=== Section Start ===

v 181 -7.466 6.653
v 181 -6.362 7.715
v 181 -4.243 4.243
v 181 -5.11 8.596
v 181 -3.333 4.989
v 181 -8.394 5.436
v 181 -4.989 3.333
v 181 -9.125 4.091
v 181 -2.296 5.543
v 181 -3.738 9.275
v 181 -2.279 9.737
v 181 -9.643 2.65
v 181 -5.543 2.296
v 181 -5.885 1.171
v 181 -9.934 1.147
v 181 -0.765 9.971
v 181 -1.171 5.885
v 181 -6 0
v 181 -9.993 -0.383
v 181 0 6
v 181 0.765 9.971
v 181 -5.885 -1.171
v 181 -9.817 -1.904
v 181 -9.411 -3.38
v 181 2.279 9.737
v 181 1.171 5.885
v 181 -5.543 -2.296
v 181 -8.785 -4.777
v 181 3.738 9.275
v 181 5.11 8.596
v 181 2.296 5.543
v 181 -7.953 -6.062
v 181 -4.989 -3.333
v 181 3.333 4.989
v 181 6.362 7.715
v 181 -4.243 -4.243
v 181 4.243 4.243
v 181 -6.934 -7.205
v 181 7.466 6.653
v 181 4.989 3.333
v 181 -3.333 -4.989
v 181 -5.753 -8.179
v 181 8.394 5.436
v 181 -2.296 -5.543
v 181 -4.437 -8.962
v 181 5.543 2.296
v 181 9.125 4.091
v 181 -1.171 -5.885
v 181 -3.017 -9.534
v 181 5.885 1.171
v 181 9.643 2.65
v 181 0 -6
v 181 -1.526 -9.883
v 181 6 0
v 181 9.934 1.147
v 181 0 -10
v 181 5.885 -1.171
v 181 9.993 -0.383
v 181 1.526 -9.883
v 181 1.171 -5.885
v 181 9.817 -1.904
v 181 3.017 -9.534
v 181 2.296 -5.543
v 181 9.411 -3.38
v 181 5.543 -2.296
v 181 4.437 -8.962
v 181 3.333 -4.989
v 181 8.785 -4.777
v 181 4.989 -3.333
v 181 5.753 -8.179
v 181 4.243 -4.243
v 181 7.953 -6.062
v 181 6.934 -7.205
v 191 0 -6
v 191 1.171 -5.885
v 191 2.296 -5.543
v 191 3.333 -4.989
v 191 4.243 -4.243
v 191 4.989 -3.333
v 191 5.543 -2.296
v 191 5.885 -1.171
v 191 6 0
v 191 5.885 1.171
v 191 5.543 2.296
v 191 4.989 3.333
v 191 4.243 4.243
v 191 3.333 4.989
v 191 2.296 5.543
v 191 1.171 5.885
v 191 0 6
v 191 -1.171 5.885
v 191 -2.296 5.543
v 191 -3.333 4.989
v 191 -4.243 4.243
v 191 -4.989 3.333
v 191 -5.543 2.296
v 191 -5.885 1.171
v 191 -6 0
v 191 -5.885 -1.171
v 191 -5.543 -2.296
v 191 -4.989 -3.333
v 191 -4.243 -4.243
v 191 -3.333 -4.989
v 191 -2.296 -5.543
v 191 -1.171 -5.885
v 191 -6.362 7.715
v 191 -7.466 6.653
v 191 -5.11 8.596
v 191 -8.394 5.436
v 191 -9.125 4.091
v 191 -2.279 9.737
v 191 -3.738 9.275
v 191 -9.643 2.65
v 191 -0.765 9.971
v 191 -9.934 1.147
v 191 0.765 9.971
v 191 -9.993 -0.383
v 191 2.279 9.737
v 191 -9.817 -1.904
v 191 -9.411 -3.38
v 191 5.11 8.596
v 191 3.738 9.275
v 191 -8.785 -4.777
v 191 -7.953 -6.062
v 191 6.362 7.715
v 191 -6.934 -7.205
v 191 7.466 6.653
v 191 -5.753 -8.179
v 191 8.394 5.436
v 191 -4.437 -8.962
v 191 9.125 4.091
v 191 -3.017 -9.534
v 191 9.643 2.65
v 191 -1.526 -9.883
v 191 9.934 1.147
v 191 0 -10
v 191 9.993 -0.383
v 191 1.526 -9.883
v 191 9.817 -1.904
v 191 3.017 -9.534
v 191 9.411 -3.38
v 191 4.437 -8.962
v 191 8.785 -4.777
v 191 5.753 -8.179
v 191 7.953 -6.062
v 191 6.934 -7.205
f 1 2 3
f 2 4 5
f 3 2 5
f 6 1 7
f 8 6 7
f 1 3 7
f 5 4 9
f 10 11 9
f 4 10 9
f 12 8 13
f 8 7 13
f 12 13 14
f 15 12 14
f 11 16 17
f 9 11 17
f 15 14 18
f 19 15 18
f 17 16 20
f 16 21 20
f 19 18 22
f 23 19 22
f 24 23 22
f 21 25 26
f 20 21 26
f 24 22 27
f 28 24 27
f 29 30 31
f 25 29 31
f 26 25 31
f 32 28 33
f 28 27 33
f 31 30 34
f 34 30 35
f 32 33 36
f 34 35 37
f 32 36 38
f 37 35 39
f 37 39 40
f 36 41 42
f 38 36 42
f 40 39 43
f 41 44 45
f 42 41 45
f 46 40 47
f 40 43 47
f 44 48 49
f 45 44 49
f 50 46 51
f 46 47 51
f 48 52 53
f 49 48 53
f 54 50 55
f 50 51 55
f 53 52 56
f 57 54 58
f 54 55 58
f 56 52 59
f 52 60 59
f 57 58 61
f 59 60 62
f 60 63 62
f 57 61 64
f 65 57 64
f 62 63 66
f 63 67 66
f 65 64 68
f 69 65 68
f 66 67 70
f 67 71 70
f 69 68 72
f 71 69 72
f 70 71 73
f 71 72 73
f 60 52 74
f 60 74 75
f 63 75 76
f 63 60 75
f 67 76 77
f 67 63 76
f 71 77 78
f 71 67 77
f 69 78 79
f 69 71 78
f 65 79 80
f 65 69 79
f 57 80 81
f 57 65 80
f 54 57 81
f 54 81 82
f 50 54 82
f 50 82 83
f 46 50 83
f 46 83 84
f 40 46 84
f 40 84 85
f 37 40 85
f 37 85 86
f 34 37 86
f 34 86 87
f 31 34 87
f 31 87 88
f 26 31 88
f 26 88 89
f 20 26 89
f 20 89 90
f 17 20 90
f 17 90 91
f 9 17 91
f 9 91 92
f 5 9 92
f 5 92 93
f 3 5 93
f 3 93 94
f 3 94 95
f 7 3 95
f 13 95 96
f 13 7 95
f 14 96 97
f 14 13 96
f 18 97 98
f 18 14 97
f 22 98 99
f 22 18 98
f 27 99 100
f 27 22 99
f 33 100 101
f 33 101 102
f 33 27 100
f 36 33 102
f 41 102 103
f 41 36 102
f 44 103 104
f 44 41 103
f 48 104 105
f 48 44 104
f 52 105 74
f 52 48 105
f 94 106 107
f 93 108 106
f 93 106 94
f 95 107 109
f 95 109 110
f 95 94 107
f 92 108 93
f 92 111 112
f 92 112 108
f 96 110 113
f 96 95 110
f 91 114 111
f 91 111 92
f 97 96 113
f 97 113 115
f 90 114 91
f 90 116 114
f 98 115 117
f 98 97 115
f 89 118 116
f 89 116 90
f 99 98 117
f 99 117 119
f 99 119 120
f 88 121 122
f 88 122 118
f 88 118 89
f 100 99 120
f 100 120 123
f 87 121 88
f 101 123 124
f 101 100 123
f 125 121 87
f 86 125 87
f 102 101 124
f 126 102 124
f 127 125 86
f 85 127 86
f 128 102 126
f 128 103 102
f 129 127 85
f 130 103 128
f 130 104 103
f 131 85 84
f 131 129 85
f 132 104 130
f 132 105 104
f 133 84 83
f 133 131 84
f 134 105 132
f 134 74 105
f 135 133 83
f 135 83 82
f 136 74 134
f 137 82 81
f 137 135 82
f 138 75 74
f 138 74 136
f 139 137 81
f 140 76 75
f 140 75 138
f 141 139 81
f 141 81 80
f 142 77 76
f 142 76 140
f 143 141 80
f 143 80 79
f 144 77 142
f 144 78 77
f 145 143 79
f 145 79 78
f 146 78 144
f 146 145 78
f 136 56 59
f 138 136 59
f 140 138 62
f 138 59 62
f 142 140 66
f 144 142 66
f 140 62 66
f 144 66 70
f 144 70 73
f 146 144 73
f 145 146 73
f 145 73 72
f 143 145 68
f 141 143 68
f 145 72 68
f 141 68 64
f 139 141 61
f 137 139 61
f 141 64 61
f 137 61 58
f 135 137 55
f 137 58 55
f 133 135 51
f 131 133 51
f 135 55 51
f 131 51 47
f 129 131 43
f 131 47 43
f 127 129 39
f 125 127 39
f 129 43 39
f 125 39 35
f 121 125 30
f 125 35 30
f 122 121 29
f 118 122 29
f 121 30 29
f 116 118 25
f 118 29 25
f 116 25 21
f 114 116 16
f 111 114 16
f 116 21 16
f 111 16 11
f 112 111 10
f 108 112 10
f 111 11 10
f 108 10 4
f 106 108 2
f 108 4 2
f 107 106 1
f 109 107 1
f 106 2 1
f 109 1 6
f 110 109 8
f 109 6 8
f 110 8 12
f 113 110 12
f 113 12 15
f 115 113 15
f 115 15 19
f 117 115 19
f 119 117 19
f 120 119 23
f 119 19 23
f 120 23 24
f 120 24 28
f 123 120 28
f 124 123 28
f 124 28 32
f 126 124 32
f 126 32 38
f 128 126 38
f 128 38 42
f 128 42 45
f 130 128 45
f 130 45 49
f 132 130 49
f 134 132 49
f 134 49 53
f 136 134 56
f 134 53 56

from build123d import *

# Parameters (mm, degrees)
CYLINDER007_R           = 6
CYLINDER007_DEPTH       = 236
CYLINDER007_PITCH_ANGLE = 90
CYLINDER006_R           = 10
CYLINDER006_DEPTH       = 10
CYLINDER006_PITCH_ANGLE = 90


with BuildPart() as connector_bore:
    # Cylinder007 → Cylinder007 (new body)
    with BuildSketch(Plane.XY):
        Circle(CYLINDER007_R)
    extrude(amount=CYLINDER007_DEPTH)


with BuildPart() as connector_bore_1:
    # Cylinder007 pitch: moved
    add(connector_bore.part.rotate(Axis((0, 0, 0), (0, 1, 0)), CYLINDER007_PITCH_ANGLE))


with BuildPart() as connector_bore_2:
    # Cylinder007 placement: moved
    add(connector_bore_1.part.moved(Location((-45, 0, 0))))


with BuildPart() as cut001:
    # Cylinder006 → Cylinder006 (new body)
    with BuildSketch(Plane.XY):
        Circle(CYLINDER006_R)
    extrude(amount=CYLINDER006_DEPTH)


with BuildPart() as cut001_1:
    # Cylinder006 pitch: moved
    add(cut001.part.rotate(Axis((0, 0, 0), (0, 1, 0)), CYLINDER006_PITCH_ANGLE))


with BuildPart() as cut001_2:
    # Cylinder006 placement: moved
    add(cut001_1.part.moved(Location((181, 0, 0))))

    # Cut001: cut connector_bore
    add(connector_bore_2.part, mode=Mode.SUBTRACT)


solid = cut001_2.part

=== Section End ===

What to work on: An exact, complete copy of the lines above from the one with "v 181 -3.738 9.275" through the one with "v 191 -5.885 -1.171" is the whole answer.

Answer box:
v 181 -3.738 9.275
v 181 -2.279 9.737
v 181 -9.643 2.65
v 181 -5.543 2.296
v 181 -5.885 1.171
v 181 -9.934 1.147
v 181 -0.765 9.971
v 181 -1.171 5.885
v 181 -6 0
v 181 -9.993 -0.383
v 181 0 6
v 181 0.765 9.971
v 181 -5.885 -1.171
v 181 -9.817 -1.904
v 181 -9.411 -3.38
v 181 2.279 9.737
v 181 1.171 5.885
v 181 -5.543 -2.296
v 181 -8.785 -4.777
v 181 3.738 9.275
v 181 5.11 8.596
v 181 2.296 5.543
v 181 -7.953 -6.062
v 181 -4.989 -3.333
v 181 3.333 4.989
v 181 6.362 7.715
v 181 -4.243 -4.243
v 181 4.243 4.243
v 181 -6.934 -7.205
v 181 7.466 6.653
v 181 4.989 3.333
v 181 -3.333 -4.989
v 181 -5.753 -8.179
v 181 8.394 5.436
v 181 -2.296 -5.543
v 181 -4.437 -8.962
v 181 5.543 2.296
v 181 9.125 4.091
v 181 -1.171 -5.885
v 181 -3.017 -9.534
v 181 5.885 1.171
v 181 9.643 2.65
v 181 0 -6
v 181 -1.526 -9.883
v 181 6 0
v 181 9.934 1.147
v 181 0 -10
v 181 5.885 -1.171
v 181 9.993 -0.383
v 181 1.526 -9.883
v 181 1.171 -5.885
v 181 9.817 -1.904
v 181 3.017 -9.534
v 181 2.296 -5.543
v 181 9.411 -3.38
v 181 5.543 -2.296
v 181 4.437 -8.962
v 181 3.333 -4.989
v 181 8.785 -4.777
v 181 4.989 -3.333
v 181 5.753 -8.179
v 181 4.243 -4.243
v 181 7.953 -6.062
v 181 6.934 -7.205
v 191 0 -6
v 191 1.171 -5.885
v 191 2.296 -5.543
v 191 3.333 -4.989
v 191 4.243 -4.243
v 191 4.989 -3.333
v 191 5.543 -2.296
v 191 5.885 -1.171
v 191 6 0
v 191 5.885 1.171
v 191 5.543 2.296
v 191 4.989 3.333
v 191 4.243 4.243
v 191 3.333 4.989
v 191 2.296 5.543
v 191 1.171 5.885
v 191 0 6
v 191 -1.171 5.885
v 191 -2.296 5.543
v 191 -3.333 4.989
v 191 -4.243 4.243
v 191 -4.989 3.333
v 191 -5.543 2.296
v 191 -5.885 1.171
v 191 -6 0
v 191 -5.885 -1.171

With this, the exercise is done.